おそらく戦国トップ3の軍師だと思う

武田軍の天才軍師といえば山本勘助。1493年~1561年、享年69歳。戦国最強と謳われる武田騎馬軍団をつくりあげ、羽柴秀吉の天才軍師、竹中半兵衛と並び「戦国最高軍師」と知られる。

竹中半兵衛、黒田官兵衛、山本勘助がおそらく戦国トップ3の軍師で、その次のランクが太田道灌、島左近、羽柴秀吉、明智光秀などではないだろうか。片目で隻脚の風貌もよく目立つことから、江戸時代に多く書かれた軍記物でも人気は高かったが、じつは長らくその実在が疑問視されていた。

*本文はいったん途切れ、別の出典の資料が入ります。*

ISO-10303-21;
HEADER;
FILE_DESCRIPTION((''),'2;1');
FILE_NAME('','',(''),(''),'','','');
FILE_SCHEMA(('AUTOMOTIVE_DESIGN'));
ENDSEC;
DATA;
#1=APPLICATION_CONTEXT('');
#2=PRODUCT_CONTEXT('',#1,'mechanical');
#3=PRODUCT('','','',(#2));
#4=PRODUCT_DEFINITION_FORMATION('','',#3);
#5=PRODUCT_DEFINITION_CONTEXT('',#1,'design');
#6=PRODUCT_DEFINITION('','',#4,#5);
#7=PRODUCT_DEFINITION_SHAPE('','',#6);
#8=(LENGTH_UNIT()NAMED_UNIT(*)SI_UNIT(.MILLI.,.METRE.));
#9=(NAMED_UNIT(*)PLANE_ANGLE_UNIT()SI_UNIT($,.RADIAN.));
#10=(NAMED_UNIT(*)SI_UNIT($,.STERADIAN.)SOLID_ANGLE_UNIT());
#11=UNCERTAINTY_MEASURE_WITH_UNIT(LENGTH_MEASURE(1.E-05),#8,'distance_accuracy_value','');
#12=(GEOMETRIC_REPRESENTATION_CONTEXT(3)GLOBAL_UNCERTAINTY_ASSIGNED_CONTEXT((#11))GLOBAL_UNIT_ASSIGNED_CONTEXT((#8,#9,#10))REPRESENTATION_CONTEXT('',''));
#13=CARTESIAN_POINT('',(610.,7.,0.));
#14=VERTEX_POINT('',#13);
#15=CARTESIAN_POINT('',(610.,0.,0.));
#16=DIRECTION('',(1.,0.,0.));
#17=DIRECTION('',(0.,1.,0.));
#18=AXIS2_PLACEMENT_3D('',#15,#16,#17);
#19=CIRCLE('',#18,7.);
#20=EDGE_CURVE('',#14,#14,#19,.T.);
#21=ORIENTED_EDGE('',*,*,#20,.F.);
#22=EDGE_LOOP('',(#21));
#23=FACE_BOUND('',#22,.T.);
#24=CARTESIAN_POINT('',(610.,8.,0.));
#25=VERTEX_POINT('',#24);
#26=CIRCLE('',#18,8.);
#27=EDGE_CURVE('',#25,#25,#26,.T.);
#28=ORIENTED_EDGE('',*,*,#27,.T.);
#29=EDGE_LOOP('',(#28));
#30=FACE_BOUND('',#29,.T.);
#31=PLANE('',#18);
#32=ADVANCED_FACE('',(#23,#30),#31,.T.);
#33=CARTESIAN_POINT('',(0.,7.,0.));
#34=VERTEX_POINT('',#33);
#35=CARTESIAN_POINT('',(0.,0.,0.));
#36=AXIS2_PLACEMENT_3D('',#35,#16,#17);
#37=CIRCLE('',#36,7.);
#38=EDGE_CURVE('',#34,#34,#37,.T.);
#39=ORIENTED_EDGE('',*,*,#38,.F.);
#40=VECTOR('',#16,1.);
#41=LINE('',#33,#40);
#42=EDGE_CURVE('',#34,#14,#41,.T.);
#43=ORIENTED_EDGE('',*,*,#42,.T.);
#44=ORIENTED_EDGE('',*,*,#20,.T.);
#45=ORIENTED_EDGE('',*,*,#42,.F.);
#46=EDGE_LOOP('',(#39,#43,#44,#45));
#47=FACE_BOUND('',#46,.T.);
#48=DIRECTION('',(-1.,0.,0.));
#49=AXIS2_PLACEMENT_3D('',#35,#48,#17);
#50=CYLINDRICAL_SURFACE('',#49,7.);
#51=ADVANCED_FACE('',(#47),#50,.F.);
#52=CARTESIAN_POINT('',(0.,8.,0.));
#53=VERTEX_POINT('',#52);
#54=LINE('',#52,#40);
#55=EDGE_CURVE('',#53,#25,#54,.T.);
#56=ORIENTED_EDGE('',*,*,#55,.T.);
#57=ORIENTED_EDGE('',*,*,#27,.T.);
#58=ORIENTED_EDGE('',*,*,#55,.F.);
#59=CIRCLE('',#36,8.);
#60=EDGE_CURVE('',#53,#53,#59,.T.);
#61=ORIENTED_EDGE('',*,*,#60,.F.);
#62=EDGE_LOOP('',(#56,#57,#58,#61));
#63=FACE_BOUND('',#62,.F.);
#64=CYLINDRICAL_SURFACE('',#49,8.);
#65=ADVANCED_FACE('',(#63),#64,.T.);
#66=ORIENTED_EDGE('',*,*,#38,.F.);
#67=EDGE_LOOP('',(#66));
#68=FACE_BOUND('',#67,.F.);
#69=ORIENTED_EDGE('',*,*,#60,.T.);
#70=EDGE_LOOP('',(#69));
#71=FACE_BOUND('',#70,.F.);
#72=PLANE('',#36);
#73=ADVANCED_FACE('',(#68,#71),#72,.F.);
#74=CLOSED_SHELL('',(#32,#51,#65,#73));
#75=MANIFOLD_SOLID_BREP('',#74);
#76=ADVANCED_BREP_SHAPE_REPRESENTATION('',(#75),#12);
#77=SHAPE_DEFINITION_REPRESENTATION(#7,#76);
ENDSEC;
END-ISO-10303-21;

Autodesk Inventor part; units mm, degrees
ref_plane "YZ Plane" through (0, 0, 0) normal (1, 0, 0) x (0, 1, 0)
ref_plane "XZ Plane" through (0, 0, 0) normal (0, 1, 0) x (-1, 0, 0)
ref_plane "Work Plane1" through (605, -164.446, -59) normal (1, 0, 0) x (0, 1, 0)
sketch "Sketch1" plane through (0, 0, 0) normal (1, 0, 0) x (0, 1, 0)
  circle A0 centre (0, 0) radius 8
  circle A1 centre (0, 0) radius 7
  dimension "d0" = 16
  dimension "d1" = 1
extrude "Extrusion1" add sketch "Sketch1" along normal blind 610
properties part number "TuboEstructuraE" material "Steel, Galvanized"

というのも、この山本勘助に関する記述はすべて江戸時代に書かれた「甲陽軍艦」に載っていたもので、それ以外には彼の実在を証明する証拠がなかった。そのため、架空の人物と言われてきたが、信玄の書状に「山本勘助」の名が記された、その存在を裏付ける証拠も近年になって見つかっている。

山本勘助は三河国宝飯群の出身となっているが、実のところ出自については詳しく分かっていない。若くして諸国を放浪し、兵法を極め、駿河の今川義元に仕官を願い37歳から9年間滞在したが、片目で足が不自由だったことから、義元は彼を家来に採用しなかった。

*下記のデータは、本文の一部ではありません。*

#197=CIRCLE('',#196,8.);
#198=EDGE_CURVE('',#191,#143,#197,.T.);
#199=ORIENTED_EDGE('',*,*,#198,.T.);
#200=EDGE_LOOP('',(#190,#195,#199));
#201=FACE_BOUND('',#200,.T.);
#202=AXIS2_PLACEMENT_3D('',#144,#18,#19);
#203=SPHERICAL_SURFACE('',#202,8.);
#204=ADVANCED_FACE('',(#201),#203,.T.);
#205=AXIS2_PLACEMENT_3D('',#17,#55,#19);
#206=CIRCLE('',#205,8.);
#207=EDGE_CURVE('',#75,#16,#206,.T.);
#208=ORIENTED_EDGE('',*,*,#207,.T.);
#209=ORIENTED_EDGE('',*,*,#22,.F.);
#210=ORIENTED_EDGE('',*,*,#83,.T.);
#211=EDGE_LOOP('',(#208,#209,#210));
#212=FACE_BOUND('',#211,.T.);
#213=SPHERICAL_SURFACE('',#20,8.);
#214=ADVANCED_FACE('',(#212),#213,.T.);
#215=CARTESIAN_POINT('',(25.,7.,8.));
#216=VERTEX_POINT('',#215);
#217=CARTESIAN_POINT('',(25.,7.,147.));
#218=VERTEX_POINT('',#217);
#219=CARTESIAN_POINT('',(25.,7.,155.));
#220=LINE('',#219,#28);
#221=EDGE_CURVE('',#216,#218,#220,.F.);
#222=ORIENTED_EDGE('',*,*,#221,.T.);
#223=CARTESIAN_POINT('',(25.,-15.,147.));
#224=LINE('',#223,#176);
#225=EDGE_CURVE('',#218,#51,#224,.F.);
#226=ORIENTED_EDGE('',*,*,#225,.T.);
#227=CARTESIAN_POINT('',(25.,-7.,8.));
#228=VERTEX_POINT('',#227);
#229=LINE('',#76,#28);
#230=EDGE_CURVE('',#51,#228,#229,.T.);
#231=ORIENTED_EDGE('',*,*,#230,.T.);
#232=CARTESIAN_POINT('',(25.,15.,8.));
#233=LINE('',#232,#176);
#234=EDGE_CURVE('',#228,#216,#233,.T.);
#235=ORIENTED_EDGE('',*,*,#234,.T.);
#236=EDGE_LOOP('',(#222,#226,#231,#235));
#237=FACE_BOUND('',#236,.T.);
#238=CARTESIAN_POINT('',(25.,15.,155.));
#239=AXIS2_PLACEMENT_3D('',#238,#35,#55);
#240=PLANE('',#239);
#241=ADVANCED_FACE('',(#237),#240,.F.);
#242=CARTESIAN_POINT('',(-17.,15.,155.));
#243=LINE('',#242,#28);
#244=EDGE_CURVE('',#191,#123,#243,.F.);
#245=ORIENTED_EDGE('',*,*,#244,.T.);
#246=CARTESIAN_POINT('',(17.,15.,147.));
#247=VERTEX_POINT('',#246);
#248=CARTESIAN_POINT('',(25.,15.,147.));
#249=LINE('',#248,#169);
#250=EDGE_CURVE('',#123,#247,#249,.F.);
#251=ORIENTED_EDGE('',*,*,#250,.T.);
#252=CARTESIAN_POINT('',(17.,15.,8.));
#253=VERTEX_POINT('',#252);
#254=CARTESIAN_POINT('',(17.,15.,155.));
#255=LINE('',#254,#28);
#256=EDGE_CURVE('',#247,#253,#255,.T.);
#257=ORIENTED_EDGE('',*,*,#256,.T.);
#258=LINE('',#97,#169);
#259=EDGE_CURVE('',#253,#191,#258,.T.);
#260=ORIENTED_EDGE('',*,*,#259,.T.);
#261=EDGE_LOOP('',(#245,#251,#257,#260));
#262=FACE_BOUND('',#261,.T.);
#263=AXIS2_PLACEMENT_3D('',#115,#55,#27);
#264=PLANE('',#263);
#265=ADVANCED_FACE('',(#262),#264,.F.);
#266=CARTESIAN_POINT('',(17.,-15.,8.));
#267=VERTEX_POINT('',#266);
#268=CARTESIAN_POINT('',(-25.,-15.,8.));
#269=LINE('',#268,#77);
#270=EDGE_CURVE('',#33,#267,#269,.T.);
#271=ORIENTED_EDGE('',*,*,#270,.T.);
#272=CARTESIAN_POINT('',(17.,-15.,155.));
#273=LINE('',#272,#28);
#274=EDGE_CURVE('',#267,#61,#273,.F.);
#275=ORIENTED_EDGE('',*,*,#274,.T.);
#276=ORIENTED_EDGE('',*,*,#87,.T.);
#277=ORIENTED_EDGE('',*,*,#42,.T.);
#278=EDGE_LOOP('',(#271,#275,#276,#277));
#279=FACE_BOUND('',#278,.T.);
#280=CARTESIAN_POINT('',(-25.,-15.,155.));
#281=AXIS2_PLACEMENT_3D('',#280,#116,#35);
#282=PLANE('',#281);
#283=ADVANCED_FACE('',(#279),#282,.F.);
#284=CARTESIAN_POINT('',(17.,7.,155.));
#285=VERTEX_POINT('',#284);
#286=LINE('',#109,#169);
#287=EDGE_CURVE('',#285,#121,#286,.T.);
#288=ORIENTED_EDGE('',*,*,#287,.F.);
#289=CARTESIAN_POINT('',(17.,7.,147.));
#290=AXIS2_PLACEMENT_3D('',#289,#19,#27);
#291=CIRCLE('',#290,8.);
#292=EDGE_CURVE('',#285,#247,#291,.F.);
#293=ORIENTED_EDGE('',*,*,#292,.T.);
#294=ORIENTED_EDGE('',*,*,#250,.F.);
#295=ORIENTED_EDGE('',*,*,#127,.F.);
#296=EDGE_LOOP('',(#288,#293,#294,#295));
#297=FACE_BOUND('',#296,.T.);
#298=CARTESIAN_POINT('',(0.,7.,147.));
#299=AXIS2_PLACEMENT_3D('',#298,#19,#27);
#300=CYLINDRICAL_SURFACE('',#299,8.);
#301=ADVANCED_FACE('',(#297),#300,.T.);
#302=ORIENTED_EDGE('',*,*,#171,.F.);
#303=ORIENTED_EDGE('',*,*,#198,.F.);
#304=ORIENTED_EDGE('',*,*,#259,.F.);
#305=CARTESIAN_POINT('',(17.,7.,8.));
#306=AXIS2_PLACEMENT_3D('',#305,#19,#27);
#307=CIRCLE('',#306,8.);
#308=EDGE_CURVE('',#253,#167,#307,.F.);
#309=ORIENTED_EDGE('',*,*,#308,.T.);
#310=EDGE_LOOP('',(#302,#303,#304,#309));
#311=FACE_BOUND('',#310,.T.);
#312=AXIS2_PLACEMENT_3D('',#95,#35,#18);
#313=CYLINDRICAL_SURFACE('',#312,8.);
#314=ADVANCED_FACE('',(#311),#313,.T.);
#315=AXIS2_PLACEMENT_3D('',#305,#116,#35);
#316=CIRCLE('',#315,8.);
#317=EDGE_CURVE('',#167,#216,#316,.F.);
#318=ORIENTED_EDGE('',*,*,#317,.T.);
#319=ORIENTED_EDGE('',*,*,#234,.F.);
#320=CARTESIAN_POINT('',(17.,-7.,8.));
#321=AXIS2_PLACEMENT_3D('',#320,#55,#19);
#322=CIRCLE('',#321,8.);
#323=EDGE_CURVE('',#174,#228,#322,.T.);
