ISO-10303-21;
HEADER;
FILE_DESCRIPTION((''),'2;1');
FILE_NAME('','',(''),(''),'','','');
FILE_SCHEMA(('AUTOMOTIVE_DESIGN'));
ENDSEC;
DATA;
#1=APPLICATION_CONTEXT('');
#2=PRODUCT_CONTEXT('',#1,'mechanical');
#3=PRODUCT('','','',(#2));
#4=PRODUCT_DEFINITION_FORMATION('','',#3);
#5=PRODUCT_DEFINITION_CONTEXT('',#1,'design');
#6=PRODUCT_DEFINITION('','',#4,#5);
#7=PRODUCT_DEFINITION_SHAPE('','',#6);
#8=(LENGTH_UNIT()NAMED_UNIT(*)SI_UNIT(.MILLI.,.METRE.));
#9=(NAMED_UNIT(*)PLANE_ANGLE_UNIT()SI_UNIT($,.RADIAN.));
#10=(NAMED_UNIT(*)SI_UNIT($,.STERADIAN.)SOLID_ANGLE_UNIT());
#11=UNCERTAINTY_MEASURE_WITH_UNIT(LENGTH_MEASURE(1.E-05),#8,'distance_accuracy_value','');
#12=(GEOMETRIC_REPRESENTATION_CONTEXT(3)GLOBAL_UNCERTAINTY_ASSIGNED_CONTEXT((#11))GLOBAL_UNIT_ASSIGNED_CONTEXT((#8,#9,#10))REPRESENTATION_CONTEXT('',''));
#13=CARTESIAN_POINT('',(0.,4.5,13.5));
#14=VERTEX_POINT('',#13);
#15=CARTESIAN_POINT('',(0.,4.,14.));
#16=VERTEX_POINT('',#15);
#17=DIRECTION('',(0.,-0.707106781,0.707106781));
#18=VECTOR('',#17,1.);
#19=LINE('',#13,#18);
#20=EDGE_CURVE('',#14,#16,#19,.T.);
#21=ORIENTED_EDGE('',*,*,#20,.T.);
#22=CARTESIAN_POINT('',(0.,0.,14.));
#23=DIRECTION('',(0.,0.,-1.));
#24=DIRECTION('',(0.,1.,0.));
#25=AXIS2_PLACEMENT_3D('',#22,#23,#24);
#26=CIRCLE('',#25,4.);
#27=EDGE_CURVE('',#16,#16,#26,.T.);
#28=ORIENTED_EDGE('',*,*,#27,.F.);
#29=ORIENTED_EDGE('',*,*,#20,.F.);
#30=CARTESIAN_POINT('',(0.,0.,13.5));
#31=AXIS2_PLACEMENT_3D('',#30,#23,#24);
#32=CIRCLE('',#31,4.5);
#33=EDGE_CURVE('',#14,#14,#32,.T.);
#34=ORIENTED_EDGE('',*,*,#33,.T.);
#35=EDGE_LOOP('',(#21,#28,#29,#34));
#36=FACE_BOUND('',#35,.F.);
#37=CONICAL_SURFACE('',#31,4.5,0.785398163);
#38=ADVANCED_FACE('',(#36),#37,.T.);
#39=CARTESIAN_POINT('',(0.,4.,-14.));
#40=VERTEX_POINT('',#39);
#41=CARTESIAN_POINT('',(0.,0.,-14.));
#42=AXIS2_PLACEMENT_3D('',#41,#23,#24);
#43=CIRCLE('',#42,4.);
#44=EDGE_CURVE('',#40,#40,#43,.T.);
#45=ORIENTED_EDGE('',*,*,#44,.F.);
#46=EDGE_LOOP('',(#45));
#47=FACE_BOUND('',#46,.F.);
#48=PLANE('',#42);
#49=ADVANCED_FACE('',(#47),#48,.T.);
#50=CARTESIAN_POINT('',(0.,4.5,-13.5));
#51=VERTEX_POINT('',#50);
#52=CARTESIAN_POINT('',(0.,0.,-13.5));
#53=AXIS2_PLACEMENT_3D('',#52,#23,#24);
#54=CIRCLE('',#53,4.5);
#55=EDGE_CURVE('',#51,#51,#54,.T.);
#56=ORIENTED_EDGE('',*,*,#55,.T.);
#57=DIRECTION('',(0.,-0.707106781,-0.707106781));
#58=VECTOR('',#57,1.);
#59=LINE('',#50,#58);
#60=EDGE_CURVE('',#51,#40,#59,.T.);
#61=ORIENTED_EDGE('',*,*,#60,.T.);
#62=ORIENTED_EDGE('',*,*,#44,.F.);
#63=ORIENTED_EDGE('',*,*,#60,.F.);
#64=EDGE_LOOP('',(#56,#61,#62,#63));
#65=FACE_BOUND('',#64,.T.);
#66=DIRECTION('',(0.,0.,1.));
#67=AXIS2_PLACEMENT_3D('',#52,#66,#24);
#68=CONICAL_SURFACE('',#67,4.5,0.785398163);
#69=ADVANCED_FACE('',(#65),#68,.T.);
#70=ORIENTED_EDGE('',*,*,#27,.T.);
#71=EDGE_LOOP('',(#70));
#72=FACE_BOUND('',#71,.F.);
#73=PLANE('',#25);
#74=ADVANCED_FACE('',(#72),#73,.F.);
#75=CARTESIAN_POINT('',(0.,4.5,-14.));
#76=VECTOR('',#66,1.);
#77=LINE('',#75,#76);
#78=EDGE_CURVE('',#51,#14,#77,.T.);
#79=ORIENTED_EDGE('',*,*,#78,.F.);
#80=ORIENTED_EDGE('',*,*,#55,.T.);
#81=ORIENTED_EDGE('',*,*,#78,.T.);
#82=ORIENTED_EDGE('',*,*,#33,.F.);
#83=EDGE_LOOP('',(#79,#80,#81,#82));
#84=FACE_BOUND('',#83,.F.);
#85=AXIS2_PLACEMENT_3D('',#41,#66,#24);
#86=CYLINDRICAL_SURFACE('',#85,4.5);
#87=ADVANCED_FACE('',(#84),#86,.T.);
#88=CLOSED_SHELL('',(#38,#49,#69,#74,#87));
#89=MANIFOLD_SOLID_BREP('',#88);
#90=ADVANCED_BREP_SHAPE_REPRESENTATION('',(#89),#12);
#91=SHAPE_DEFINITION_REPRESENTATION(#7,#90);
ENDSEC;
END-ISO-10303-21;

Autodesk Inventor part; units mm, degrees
ref_plane "YZ Plane" through (0, 0, 0) normal (1, 0, 0) x (0, 1, 0)
ref_plane "XZ Plane" through (0, 0, 0) normal (0, 1, 0) x (-1, 0, 0)
ref_plane "XY Plane" through (0, 0, 0) normal (0, 0, 1) x (1, 0, 0)
sketch "Sketch1" plane through (0, 0, 0) normal (1, 0, 0) x (0, 1, 0)
  line L0 (4.5, 14) -> (0, 14)
  line L1 (0, 14) -> (0, -14)
  line L2 (0, -14) -> (4.5, -14)
  line L3 (4.5, -14) -> (4.5, 14)
  point P0 (0, 0)
  point P1 (0, 0)
  dimension "d0" = 28
  dimension "d1" = 9
revolve "Revolution1" add sketch "Sketch1" angle 360 about axis through (0, 0, 14) along (0, 0, -1)
chamfer "Chamfer1" distance 0.5 angle 45 2 edges at (0, -4.5, 14) (0, -4.5, -14)
properties part number "Axle Big"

この後、勘助は甲斐へ向かう。武田晴信(信玄)の採用基準は「使える人材か否か」に重点を置かれるため、容姿では判断せずに兵法者として推挙される。この時、山本勘助50歳を過ぎての人生初の就職で正社員である。

人生50年と謳われた時代、引退する年齢になっての歴史上への幕開けである。片目で脚は不自由だが、戦略のみならず武芸にも秀でていて戦闘も得意だった。100名ほどの足軽を引連れ、戦場で大暴れをしたという。

1544年、武田氏は諏訪に侵攻して諏訪頼重を滅ぼし自害させる。この時、晴信は頼重の娘を側室に迎えようとする。重臣たちが猛反対のなか、勘助だけは「その姫がいずれ男子を産めば、諏訪家の跡継ぎとなり、武田家との絆は深まるはず。

つまり、武田氏による諏訪支配が盤石になるとして賛成した。この晴信と諏訪頼重の娘との間に生まれたのが、後に武田家最後の当主となる武田勝頼である。軍略の天才と軍略の神との戦いとなる、1561年、川中島の戦い第四次合戦。武田軍は甲斐より2万の軍勢を率いて、軍略の神「上杉謙信」と対峙する。

ここで、勘助は「啄木鳥作戦」軍勢を二手に分けての挟み撃ちを武田信玄に信玄する。この勘助の作戦を逆手にとった上杉謙信は濃霧の中を武田本隊目指して進撃し、猛攻の結果、武田家は壊滅的な損害となった。

作戦失敗の責任を痛感した勘助は、死を決意してわずかな家来とともに果敢な突撃をおこない討ち死にする。